Commercially meaningful trading under the AfCFTA preferential terms, facilitated by the Guided Trade Initiative, has been made possible by the substantial progress made in the negotiations of the protocols and operational instruments of the AfCFTA.
Mr Mene said Phase I protocols of the Agreement, which aim to significantly reduce tariffs and non-tariff barriers to goods and advance the liberalisation of trade in services, have largely been completed.
Consequently, trading is currently possible for 88,3 percent of tradable goods – nearly 5000 products – as these have agreed rules of origin in place.
“This means that we have now defined for each of them what constitutes the minimum African content for a product to be traded among countries of the continent on the basis of preferences. Such a high threshold of consensus guarantees that the vast majority of products can be traded,” he said.
Negotiations are ongoing on the rules for more sensitive products such as clothing and textiles, automotive and sugar, which we expect to be finalised this year in order to achieve 100 percent of rules of origin coverage.
Furthermore, 46 Member States have submitted their tariff offers, that cover these goods with rules of origin in place, while 52 have so far submitted their specific commitments with respect to the protocol on trade in services.

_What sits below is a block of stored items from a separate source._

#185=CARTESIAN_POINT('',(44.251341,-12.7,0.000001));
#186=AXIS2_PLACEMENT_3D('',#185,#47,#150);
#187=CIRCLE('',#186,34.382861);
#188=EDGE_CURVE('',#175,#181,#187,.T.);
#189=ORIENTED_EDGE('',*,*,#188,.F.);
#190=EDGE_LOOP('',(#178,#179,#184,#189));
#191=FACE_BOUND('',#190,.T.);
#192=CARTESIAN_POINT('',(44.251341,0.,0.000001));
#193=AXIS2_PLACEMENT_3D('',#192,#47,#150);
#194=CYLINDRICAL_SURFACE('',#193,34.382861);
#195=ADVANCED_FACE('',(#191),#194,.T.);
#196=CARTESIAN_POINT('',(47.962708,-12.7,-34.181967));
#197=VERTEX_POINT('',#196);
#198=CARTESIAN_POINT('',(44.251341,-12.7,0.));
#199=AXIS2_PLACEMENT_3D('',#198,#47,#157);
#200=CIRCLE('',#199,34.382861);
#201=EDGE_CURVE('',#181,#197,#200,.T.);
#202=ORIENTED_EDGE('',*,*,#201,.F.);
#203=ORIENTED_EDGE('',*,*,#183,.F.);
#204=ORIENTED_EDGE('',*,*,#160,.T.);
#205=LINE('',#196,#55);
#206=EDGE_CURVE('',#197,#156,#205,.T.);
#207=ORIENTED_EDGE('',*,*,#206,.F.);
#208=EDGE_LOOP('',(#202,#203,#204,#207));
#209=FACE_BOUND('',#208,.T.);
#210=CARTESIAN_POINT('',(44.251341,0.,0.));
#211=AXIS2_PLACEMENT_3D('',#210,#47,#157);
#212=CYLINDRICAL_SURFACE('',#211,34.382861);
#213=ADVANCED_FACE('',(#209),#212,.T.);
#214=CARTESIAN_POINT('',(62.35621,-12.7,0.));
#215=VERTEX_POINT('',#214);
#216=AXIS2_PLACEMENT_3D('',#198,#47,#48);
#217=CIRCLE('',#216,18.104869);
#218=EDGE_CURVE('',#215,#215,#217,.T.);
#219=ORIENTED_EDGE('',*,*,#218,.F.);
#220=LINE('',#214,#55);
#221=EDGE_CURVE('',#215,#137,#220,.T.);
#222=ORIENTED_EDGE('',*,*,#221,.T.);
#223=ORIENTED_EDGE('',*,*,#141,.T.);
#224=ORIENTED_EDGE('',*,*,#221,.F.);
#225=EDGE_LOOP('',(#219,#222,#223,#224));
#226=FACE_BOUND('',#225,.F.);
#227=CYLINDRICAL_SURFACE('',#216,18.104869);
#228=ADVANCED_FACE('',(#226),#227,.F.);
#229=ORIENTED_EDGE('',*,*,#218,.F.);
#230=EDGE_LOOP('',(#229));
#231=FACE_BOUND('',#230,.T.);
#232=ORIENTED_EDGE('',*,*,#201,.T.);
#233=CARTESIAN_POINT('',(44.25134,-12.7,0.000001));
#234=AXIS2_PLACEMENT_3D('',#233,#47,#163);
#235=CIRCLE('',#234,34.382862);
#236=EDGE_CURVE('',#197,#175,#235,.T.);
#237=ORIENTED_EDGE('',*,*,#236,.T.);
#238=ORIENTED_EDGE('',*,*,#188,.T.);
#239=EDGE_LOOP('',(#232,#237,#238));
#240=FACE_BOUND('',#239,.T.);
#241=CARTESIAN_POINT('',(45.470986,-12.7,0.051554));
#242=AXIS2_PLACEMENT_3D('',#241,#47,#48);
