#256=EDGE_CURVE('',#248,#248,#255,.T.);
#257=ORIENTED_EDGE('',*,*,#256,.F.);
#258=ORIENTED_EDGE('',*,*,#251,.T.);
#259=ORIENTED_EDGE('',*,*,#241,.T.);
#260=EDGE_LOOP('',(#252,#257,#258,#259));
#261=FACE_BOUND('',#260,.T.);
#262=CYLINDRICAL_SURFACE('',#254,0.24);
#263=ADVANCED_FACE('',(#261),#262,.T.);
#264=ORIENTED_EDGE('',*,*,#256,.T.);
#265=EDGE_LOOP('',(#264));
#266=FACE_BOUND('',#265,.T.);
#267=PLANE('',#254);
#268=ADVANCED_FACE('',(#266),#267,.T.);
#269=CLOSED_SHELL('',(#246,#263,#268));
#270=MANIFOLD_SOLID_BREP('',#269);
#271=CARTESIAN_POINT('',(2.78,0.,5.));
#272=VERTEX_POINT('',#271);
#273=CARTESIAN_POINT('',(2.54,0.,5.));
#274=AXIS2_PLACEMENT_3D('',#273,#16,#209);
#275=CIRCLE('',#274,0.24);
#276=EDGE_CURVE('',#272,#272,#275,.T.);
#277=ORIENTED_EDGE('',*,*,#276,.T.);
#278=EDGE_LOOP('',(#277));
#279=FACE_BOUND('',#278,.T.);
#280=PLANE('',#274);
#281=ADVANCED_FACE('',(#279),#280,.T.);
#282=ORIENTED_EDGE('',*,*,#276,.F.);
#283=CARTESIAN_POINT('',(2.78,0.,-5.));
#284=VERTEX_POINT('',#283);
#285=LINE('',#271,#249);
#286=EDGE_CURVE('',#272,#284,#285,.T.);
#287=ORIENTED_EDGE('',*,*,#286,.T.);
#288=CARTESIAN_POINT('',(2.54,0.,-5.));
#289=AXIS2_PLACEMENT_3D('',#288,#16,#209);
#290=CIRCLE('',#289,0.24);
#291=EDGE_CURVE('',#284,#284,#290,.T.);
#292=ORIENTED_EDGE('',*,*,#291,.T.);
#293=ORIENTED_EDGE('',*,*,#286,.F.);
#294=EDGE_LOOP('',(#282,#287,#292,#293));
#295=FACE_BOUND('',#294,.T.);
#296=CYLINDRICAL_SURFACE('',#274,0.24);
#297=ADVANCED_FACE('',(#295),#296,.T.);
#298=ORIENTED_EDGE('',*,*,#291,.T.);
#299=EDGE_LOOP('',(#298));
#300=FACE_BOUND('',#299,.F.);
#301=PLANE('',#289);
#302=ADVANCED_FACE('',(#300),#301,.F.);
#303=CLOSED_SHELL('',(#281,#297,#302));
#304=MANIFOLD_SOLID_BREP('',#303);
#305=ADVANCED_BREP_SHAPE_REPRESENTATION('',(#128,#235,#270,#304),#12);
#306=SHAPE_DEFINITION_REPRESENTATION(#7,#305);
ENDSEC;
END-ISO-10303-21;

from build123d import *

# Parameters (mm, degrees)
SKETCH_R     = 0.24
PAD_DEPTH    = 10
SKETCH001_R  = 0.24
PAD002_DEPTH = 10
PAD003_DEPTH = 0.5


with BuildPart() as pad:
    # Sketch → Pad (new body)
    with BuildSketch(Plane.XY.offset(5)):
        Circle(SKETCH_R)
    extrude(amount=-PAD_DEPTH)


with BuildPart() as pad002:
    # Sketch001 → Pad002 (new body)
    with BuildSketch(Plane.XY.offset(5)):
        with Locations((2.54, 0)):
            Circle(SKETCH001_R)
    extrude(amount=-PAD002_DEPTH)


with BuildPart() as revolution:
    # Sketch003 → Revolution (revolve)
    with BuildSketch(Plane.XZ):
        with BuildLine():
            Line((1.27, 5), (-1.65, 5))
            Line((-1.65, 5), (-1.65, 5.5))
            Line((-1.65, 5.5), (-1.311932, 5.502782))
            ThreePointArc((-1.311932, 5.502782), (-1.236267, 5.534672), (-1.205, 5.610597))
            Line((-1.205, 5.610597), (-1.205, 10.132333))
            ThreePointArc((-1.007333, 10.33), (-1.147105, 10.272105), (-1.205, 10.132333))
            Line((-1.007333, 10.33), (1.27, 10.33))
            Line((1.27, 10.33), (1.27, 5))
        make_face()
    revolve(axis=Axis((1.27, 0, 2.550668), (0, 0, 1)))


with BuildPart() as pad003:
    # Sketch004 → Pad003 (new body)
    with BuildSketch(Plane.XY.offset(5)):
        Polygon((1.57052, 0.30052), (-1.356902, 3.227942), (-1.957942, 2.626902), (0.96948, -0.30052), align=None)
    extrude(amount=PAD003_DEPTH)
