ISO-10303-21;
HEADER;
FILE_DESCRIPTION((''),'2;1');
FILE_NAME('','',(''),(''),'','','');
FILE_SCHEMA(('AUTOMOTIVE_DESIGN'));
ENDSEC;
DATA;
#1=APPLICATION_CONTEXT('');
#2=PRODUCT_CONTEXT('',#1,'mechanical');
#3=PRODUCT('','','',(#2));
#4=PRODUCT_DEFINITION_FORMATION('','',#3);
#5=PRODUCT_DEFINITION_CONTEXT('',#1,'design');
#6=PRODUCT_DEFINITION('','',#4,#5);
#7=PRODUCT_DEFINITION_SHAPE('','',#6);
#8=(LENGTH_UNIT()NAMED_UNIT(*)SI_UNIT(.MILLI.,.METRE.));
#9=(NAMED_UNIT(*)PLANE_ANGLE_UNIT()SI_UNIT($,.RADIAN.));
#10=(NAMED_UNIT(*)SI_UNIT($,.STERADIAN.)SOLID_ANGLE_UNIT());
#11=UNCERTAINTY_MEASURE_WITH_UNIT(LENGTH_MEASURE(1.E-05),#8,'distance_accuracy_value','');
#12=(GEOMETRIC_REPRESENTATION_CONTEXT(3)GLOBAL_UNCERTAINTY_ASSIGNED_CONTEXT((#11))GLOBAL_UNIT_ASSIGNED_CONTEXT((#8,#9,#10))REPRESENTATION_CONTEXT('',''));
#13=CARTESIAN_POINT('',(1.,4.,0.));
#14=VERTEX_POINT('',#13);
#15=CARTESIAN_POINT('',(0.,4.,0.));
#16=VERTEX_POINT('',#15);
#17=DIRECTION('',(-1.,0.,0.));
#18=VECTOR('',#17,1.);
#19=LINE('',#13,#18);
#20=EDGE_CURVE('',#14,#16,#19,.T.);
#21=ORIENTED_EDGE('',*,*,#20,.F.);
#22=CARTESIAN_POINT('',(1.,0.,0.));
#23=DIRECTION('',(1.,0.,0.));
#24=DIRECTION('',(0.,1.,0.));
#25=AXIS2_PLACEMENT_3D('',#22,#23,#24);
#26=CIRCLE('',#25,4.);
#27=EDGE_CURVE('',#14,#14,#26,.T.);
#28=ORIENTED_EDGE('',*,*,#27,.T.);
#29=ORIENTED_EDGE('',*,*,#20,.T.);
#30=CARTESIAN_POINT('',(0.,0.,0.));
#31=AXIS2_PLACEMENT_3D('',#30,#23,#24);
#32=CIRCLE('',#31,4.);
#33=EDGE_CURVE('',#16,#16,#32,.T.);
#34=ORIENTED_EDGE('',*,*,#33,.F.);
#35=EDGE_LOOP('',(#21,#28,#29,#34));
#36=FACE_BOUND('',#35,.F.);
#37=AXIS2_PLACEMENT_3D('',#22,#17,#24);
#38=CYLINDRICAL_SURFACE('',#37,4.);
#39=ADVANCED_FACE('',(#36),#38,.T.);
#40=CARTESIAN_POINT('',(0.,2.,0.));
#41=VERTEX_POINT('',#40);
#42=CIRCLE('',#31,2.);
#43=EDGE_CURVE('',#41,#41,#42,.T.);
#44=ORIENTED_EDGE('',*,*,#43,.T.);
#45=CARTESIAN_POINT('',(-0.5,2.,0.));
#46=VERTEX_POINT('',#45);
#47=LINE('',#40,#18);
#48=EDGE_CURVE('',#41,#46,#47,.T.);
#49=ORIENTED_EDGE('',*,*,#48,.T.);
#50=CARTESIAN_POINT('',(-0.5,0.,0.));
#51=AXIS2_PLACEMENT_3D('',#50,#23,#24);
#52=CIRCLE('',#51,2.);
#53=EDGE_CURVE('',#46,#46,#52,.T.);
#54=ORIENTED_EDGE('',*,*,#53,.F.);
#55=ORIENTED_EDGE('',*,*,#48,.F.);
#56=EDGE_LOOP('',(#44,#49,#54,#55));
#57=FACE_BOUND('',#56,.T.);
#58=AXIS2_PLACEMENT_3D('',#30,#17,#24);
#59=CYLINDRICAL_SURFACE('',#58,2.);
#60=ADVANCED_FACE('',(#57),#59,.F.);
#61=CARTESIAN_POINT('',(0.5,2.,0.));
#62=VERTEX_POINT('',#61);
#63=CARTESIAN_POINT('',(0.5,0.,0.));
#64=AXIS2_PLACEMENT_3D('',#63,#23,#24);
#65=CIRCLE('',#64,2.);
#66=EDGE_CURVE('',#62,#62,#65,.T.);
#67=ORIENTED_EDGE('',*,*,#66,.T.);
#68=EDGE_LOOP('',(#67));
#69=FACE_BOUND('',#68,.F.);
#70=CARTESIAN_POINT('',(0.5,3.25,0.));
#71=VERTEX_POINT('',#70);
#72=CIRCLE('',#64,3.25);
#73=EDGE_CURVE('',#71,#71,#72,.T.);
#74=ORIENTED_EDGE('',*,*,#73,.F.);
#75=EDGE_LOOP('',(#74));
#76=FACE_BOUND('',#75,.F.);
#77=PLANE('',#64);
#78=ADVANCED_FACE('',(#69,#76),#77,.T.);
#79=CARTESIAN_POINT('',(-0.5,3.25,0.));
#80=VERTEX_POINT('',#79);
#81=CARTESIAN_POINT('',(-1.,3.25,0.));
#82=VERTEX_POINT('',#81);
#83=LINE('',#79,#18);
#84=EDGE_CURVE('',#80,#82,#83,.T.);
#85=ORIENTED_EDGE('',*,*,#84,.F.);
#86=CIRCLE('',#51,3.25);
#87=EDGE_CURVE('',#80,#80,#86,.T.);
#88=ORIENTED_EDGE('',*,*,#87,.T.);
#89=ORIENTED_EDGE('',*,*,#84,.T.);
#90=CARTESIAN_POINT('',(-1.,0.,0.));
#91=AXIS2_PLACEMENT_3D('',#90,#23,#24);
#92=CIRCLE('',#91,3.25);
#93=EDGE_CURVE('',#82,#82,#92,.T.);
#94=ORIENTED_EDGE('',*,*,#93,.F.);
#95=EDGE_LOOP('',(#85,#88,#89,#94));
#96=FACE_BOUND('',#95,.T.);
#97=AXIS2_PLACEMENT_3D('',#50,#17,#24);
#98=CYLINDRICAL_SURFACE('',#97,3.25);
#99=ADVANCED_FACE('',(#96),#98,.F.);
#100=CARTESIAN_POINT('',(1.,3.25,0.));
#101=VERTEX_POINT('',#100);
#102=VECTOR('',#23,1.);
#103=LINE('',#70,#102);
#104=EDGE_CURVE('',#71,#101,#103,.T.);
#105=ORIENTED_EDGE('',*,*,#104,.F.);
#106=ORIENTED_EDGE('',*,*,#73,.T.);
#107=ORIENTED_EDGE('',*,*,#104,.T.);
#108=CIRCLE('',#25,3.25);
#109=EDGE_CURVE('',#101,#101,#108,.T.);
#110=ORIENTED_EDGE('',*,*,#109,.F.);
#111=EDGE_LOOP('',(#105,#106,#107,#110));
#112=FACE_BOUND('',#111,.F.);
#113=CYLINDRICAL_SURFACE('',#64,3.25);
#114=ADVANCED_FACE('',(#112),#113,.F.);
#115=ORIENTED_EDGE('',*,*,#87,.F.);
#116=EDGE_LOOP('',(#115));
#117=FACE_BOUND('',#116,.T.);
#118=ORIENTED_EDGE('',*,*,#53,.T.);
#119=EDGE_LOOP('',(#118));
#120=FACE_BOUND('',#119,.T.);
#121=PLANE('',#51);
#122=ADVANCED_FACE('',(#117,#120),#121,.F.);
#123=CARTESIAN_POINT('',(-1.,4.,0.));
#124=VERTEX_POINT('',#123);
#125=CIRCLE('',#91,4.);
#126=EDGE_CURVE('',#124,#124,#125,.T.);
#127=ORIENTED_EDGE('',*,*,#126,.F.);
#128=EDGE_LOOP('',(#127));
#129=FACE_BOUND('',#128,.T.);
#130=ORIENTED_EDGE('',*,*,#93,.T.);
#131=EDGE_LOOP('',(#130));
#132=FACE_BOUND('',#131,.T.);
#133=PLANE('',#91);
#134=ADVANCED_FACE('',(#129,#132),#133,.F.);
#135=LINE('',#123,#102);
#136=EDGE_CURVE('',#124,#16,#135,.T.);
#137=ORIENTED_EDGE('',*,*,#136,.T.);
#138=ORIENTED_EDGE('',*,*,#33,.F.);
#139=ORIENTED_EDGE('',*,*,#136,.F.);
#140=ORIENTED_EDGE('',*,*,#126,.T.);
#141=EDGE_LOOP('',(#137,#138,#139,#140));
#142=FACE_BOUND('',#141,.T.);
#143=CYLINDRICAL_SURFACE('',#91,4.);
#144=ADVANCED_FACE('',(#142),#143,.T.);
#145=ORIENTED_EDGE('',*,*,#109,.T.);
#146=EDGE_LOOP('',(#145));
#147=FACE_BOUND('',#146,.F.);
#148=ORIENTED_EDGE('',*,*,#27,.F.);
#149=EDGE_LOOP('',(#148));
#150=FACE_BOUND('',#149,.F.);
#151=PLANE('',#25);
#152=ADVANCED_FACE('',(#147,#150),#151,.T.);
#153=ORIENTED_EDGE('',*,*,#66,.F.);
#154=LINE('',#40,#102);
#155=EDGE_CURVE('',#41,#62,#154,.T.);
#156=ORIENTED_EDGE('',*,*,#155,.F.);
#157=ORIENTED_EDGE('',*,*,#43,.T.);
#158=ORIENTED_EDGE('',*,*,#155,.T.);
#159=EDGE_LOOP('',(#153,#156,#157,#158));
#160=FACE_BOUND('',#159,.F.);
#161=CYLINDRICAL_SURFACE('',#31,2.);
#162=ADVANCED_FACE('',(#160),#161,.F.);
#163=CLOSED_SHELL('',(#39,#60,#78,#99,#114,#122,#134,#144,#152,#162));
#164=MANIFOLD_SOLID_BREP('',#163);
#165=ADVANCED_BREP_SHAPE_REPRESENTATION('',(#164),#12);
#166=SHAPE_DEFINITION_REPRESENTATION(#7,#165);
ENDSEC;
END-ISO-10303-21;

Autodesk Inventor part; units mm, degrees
ref_plane "YZ Plane" through (0, 0, 0) normal (1, 0, 0) x (0, 1, 0)
ref_plane "XZ Plane" through (0, 0, 0) normal (0, 1, 0) x (-1, 0, 0)
ref_plane "XY Plane" through (0, 0, 0) normal (0, 0, 1) x (1, 0, 0)
sketch "Sketch1" plane through (0, 0, 0) normal (0, 0, 1) x (1, 0, 0)
  line L0 (0, 2) -> (0.5, 2)
  line L1 (0.5, 2) -> (0.5, 3.25)
  line L2 (0.5, 3.25) -> (1, 3.25)
  line L3 (1, 3.25) -> (1, 4)
  line L4 (1, 4) -> (0, 4)
  line L5 (0, 4) -> (0, 2) construction
  line L6 (0, 0) -> (5.2426, 0) construction
  line L7 (0, 2) -> (-0.5, 2)
  line L8 (-0.5, 2) -> (-0.5, 3.25)
  line L9 (-0.5, 3.25) -> (-1, 3.25)
  line L10 (-1, 3.25) -> (-1, 4)
  line L11 (-1, 4) -> (0, 4)
  dimension "d0" = 4
  dimension "d1" = 0.5
  dimension "d2" = 8
  dimension "d4" = 0.5
  dimension "d5" = 6.5
revolve "Revolution1" add sketch "Sketch1" angle 360 about axis through (0, 0, 0) along (1, 0, 0)
properties part number "Pusher.springplate"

Addressing the business forum, Zimbabwe’s Ambassador to Ghana Mr Kufa Edward Chinoza said Zimbabwe and Ghana had both signed and ratified the AfCFTA Agreement, which was a panacea to resolve some of the challenges faced when trading within the African continent.
“Despite good political relations between the two countries, trade volumes remain relatively very low. It is my fervent hope that with initiatives such as the AfCFTA Trade agreement and business linkages through forums such as this, we will see a change in the current trajectory,” he said.